Now for the tires......


----------



## azkicker0027 (May 31, 2002)

are those wheels weighed in kg or lbs?? cause i have some white 16x7's that are 20lbs, and bumps to 40lbs with some 205/55r16. but those 16x8's show 21 what???


----------



## ReVerm (Jan 13, 2003)

They're measured in lbs (20kgs is about 44lbs, btw). The wheels all seem inordinately heavy but you have to remember that these are race spec steel wheels, not common street alloys. They will be heavier than what we see on most street cars, but they're also far stronger and more runoff resistant.


----------



## LIUSPEED (May 29, 2002)

what are stock steelies size?

i have 4 stock steelies with 3 good tires and 1 bad one for sale.


----------



## ReVerm (Jan 13, 2003)

Depends. The B14 Sentra had a lot of different wheels. As for steel wheels, I believe there were two: a 13"x5 and a 14"x5-1/2.

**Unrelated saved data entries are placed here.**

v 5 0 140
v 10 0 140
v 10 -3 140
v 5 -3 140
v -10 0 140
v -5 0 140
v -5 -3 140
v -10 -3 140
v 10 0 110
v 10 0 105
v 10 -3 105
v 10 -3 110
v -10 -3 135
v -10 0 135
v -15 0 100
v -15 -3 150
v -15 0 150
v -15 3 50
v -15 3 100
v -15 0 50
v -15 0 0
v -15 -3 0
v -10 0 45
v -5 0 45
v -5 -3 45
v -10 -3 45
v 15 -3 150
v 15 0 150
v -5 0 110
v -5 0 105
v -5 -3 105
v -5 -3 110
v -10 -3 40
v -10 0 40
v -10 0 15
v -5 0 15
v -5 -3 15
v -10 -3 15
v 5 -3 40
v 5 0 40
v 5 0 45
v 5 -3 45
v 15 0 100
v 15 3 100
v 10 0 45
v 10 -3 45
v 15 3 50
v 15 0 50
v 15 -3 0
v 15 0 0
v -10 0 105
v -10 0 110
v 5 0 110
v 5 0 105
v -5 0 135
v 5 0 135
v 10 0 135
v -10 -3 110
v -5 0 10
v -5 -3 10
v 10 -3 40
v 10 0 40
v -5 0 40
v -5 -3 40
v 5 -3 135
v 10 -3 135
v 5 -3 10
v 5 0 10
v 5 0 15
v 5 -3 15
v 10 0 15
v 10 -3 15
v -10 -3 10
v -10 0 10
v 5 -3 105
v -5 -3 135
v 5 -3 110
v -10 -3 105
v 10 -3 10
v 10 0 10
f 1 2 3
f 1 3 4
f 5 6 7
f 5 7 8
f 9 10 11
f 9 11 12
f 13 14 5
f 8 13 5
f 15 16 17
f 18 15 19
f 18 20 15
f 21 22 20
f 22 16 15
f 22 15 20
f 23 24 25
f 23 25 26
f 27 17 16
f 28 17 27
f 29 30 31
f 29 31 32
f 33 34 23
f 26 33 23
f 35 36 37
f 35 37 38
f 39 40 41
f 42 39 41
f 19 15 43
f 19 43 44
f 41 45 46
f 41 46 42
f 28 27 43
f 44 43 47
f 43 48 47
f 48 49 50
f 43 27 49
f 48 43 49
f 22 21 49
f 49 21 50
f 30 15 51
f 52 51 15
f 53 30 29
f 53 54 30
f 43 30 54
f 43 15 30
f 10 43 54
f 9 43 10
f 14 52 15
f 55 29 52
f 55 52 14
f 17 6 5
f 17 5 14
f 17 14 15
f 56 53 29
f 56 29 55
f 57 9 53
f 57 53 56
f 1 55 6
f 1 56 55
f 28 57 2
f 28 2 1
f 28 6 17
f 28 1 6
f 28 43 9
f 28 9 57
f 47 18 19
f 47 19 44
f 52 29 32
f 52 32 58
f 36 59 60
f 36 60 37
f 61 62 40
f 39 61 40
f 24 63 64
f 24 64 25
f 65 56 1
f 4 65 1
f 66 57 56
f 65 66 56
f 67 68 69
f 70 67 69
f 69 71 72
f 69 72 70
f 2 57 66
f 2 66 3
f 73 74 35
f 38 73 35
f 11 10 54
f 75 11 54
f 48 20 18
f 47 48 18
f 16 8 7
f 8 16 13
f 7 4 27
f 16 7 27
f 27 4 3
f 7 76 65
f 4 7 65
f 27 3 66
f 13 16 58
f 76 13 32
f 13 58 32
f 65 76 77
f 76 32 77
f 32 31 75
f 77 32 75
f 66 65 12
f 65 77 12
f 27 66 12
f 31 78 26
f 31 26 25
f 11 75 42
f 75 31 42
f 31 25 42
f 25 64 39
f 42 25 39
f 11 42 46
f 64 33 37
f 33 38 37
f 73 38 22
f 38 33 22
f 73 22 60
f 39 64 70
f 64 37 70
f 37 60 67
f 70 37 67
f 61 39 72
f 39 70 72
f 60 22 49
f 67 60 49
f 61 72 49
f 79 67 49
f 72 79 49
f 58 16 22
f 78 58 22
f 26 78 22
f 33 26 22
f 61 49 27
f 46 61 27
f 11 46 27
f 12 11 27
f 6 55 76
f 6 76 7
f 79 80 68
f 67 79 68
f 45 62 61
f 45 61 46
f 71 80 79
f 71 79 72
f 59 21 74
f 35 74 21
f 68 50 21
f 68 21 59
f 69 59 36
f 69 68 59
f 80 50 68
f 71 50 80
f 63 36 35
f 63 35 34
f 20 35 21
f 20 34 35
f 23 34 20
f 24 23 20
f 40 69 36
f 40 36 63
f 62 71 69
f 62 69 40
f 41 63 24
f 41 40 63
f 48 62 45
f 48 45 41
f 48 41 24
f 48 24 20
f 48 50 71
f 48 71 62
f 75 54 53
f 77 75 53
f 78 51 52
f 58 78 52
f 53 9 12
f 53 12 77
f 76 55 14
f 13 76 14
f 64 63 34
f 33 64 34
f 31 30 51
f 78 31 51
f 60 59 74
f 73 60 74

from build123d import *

# Parameters (mm, degrees)
F0_W     = 30
F0_H     = 6
F1_DEPTH = 150
F2_W     = 3
F2_H     = 50
F3_DEPTH = 30
F4_W     = 5
F4_H     = 5
F5_DEPTH = 3


with BuildPart() as f1:
    # F0 (on Top) → F1 (new body)
    with BuildSketch(Plane.XY):
        Rectangle(F0_W, F0_H)
    extrude(amount=F1_DEPTH)

    # F2 (on face) → F3 (cut, through all)
    with BuildSketch(Plane.YZ.offset(15)):
        with Locations((1.5, 125)):
            Rectangle(F2_W, F2_H)
        with Locations((1.5, 25)):
            Rectangle(F2_W, F2_H)
    extrude(amount=-F3_DEPTH, mode=Mode.SUBTRACT)

    # F4 (on face) → F5 (cut, through all)
    with BuildSketch(Plane(origin=(0, 0, 0), x_dir=(-1, 0, 0), z_dir=(0, 1, 0))):
        with Locations((7.5, 12.5)):
            Rectangle(F4_W, F4_H)
        with Locations((-7.5, 12.5)):
            Rectangle(F4_W, F4_H)
        with Locations((-7.5, 42.5)):
            Rectangle(F4_W, F4_H)
        with Locations((7.5, 42.5)):
            Rectangle(F4_W, F4_H)
        with Locations((7.5, 107.5)):
            Rectangle(F4_W, F4_H)
        with Locations((-7.5, 107.5)):
            Rectangle(F4_W, F4_H)
        with Locations((-7.5, 137.5)):
            Rectangle(F4_W, F4_H)
        with Locations((7.5, 137.5)):
            Rectangle(F4_W, F4_H)
    extrude(amount=-F5_DEPTH, mode=Mode.SUBTRACT)


solid = f1.part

BTW, in case you have the 14" wheels, are you selling them as a set or individually? And how much? I really could use a pair since my rear right rim is slightly bent and I hate my donut spare.

_Update: The 14" steel wheel is 14x5-1/2, not 14x5. Sorry._


----------



## ReVerm (Jan 13, 2003)

Wait. Nix that. I got the wheel from a local salvage yard.


----------